A LEI GERAL DE PROTEÇÃO DE DADOS ESTÁ EM VIGOR E ISSO É UMA COISA BOA

No dia 1º/8/2021, a lei 13.709, LGPD, passou a produzir efeitos punitivos para quem a violar.

Muitos estão ainda ressabiados com a nova legislação, sem entender em sua plenitude as implicações práticas daquilo que é tratado na lei, mas a LGPD visa proteger os direitos do cidadão, principalmente no que diz respeito à sua liberdade e privacidade, pois cria normas que empresas e governos devem seguir para a coleta e tratamento de dados pessoais e sensíveis. Isso é uma coisa boa.

É boa porque agora criou-se um arcabouço de segurança jurídica, com a padronização das práticas para a proteção dos dados pessoais. Se antes empresas e governos coletavam nossos dados sem consentimento, sem informar qual era a finalidade dessa coleta e como seriam armazenados e protegidos, agora eles são obrigados a adotar essas práticas, sob pena de responsabilização e aplicação de multas de alto valor.

Para fiscalizar todas essas práticas, a lei criou a Autoridade Nacional de Proteção de Dados (ANPD), que já está em funcionamento. Ela tem a atribuição de fiscalizar o cumprimento da legislação de proteção de dados, podendo aplicar desde advertências até multa diária, com valores que vão de 2% do valor do faturamento da empresa até um teto de R$ 50.000.000,00.

Também pode aplicar medidas administrativas, como determinação de eliminar os dados pessoais coletados, suspensão parcial ou total do uso do banco de dados em questão por até 12 meses.

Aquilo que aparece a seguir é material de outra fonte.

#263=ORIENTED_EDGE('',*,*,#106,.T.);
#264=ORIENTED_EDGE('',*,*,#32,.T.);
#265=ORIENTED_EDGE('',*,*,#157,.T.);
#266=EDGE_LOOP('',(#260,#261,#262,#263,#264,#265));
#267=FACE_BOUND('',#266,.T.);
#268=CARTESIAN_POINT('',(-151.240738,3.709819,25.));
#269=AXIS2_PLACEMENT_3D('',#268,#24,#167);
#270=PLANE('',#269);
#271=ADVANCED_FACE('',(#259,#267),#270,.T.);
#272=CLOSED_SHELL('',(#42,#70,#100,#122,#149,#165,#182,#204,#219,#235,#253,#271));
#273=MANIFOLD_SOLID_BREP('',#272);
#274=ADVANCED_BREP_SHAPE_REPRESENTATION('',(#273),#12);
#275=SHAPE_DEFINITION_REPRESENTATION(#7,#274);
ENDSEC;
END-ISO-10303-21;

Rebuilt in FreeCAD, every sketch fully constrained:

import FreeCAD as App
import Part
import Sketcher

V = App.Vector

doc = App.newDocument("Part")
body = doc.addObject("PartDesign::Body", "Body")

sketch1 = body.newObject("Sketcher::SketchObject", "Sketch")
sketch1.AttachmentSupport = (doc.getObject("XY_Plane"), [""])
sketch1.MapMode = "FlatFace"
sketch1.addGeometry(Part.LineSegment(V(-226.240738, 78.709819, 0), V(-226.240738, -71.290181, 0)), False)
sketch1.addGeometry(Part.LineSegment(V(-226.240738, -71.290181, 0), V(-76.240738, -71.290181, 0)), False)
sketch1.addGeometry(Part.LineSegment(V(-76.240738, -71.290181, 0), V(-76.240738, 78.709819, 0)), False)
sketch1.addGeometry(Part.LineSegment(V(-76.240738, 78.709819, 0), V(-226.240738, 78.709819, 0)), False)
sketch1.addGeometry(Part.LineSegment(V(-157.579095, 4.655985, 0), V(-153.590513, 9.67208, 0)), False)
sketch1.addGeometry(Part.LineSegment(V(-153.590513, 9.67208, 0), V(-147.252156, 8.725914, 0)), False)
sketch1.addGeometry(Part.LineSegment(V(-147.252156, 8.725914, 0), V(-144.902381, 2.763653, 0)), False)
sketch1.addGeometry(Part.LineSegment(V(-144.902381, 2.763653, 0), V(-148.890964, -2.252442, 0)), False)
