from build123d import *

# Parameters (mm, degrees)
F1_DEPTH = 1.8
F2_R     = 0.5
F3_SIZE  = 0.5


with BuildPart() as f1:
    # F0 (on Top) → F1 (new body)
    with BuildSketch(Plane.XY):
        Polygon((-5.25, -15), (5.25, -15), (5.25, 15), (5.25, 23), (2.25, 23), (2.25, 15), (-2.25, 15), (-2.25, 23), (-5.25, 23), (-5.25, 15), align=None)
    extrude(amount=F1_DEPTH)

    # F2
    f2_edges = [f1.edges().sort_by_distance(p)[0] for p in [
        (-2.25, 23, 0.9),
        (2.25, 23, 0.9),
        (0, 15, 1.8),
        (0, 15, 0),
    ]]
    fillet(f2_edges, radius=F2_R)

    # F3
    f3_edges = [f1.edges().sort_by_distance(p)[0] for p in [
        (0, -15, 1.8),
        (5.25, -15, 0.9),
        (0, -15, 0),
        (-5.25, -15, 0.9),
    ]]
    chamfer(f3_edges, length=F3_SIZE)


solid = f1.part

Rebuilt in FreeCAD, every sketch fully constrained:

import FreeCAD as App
import Part
import Sketcher

V = App.Vector


def edges_at(feature, points):
    """Names of the edges that pass closest to the given points."""
    edges = feature.Shape.Edges
    near = lambda p: min(range(len(edges)), key=lambda i: edges[i].distToShape(Part.Vertex(*p))[0])
    return sorted({f"Edge{near(p) + 1}" for p in points})


def add_polygon(sketch, points):
    """Adds a closed chain of lines whose ends are joined by coincident constraints."""
    first, n = sketch.GeometryCount, len(points)
    for a, b in zip(points, points[1:] + points[:1]):
        sketch.addGeometry(Part.LineSegment(App.Vector(*a, 0), App.Vector(*b, 0)), False)
    for i in range(n):
        sketch.addConstraint(Sketcher.Constraint("Coincident", first + i, 2, first + (i + 1) % n, 1))

doc = App.newDocument("Part")
body = doc.addObject("PartDesign::Body", "Body")

sketch1 = body.newObject("Sketcher::SketchObject", "Sketch")
sketch1.AttachmentSupport = (doc.getObject("XY_Plane"), [""])
sketch1.MapMode = "FlatFace"
add_polygon(sketch1, [(-5.25, -15), (5.25, -15), (5.25, 23), (2.25, 23), (2.25, 15), (-2.25, 15), (-2.25, 23), (-5.25, 23)])
sketch1.addConstraint([
    Sketcher.Constraint("Horizontal", 0),
    Sketcher.Constraint("Vertical", 1),
    Sketcher.Constraint("Horizontal", 2),
    Sketcher.Constraint("Vertical", 3),
    Sketcher.Constraint("Horizontal", 4),
    Sketcher.Constraint("Vertical", 5),
    Sketcher.Constraint("Horizontal", 6),
    Sketcher.Constraint("Vertical", 7),
    Sketcher.Constraint("Symmetric", 2, 2, 5, 2, -2),
    Sketcher.Constraint("Equal", 2, 6),
    Sketcher.Constraint("DistanceX", 2, 2, 2, 1, 3.0),
    Sketcher.Constraint("DistanceY", 1, 1, 1, 2, 38.0),
    Sketcher.Constraint("DistanceY", 3, 2, 3, 1, 8.0),
    Sketcher.Constraint("DistanceX", 0, 1, 0, 2, 10.5),
    Sketcher.Constraint("DistanceY", 0, 2, -1, 1, 15.0),
])
pad1 = body.newObject("PartDesign::Pad", "Pad")
pad1.Profile = sketch1
pad1.Length = 1.8
doc.recompute()

fillet = body.newObject("PartDesign::Fillet", "Fillet")
fillet.Base = (pad1, edges_at(pad1, [
    (-2.25, 23, 0.9),
    (2.25, 23, 0.9),
    (0, 15, 1.8),
    (0, 15, 0),
]))
fillet.Radius = 0.5
doc.recompute()

chamfer = body.newObject("PartDesign::Chamfer", "Chamfer")
chamfer.Base = (fillet, edges_at(fillet, [
    (0, -15, 1.8),
    (5.25, -15, 0.9),
    (0, -15, 0),
    (-5.25, -15, 0.9),
]))
chamfer.Size = 0.5

doc.recompute()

É boa porque nos dá o poder de fornecer ou não nossos dados pessoais a uma empresa ou ao governo. Podemos dar o consentimento ou revogar esse consentimento. Basta um simples comunicado a quem detém nossos dados, solicitando o seu descarte, que esses devem, obrigatoriamente, ser eliminados imediatamente.

É boa porque agora temos o direito de saber para qual finalidade o dado é coletado, se será compartilhado com alguém e se será descartado após a finalidade da coleta ter se encerrado. Antes não sabíamos nada disso e nossos dados eram utilizados e repassados a outros indiscriminadamente.

A lei não proíbe o compartilhamento, mas responsabiliza quem coletou, se houver vazamentos, o que torna as empresas muito mais cautelosas nessa prática.

Tudo isso com relação a empresas e governos também é aplicado às igrejas. A partir de agora, nossos membros têm os mesmos descritos, dando seu consentimento para a coleta dos seus dados e conhecendo a maneira como são tratados, e isso é uma coisa boa.

Como Igreja, a LGPD nos levou a olhar nossas práticas de tratamento dos dados dos membros, nos forçando a sermos criteriosos e cuidadosos em nossas práticas sobre esse tema, e isso é uma coisa boa.

A IPIB está preocupada em adequar-se à legislação algo que, infelizmente, não temos visto acontecer no meio evangélico.

Contratamos uma assessoria jurídica especializada em LGPD, uma assessoria de Tecnologia da Informação, especializada em terceiro setor. A Comex-AG nomeou o Comitê de Compliance em Proteção de dados e o Encarregado de Proteção de Dados (DPO), para adequar a sua estrutura de gestão central e orientar as igrejas locais, sínodos e presbitérios a realizarem suas adequações, e tudo isso são coisas muito boas.   

A adequação é uma atividade muito complexa em uma igreja que lida com diferentes realidades, mas estamos no caminho correto. Esse é um caminho que está sendo trilhado de maneira segura, etapa por etapa, para que não cometamos erros, e isso são coisas boas.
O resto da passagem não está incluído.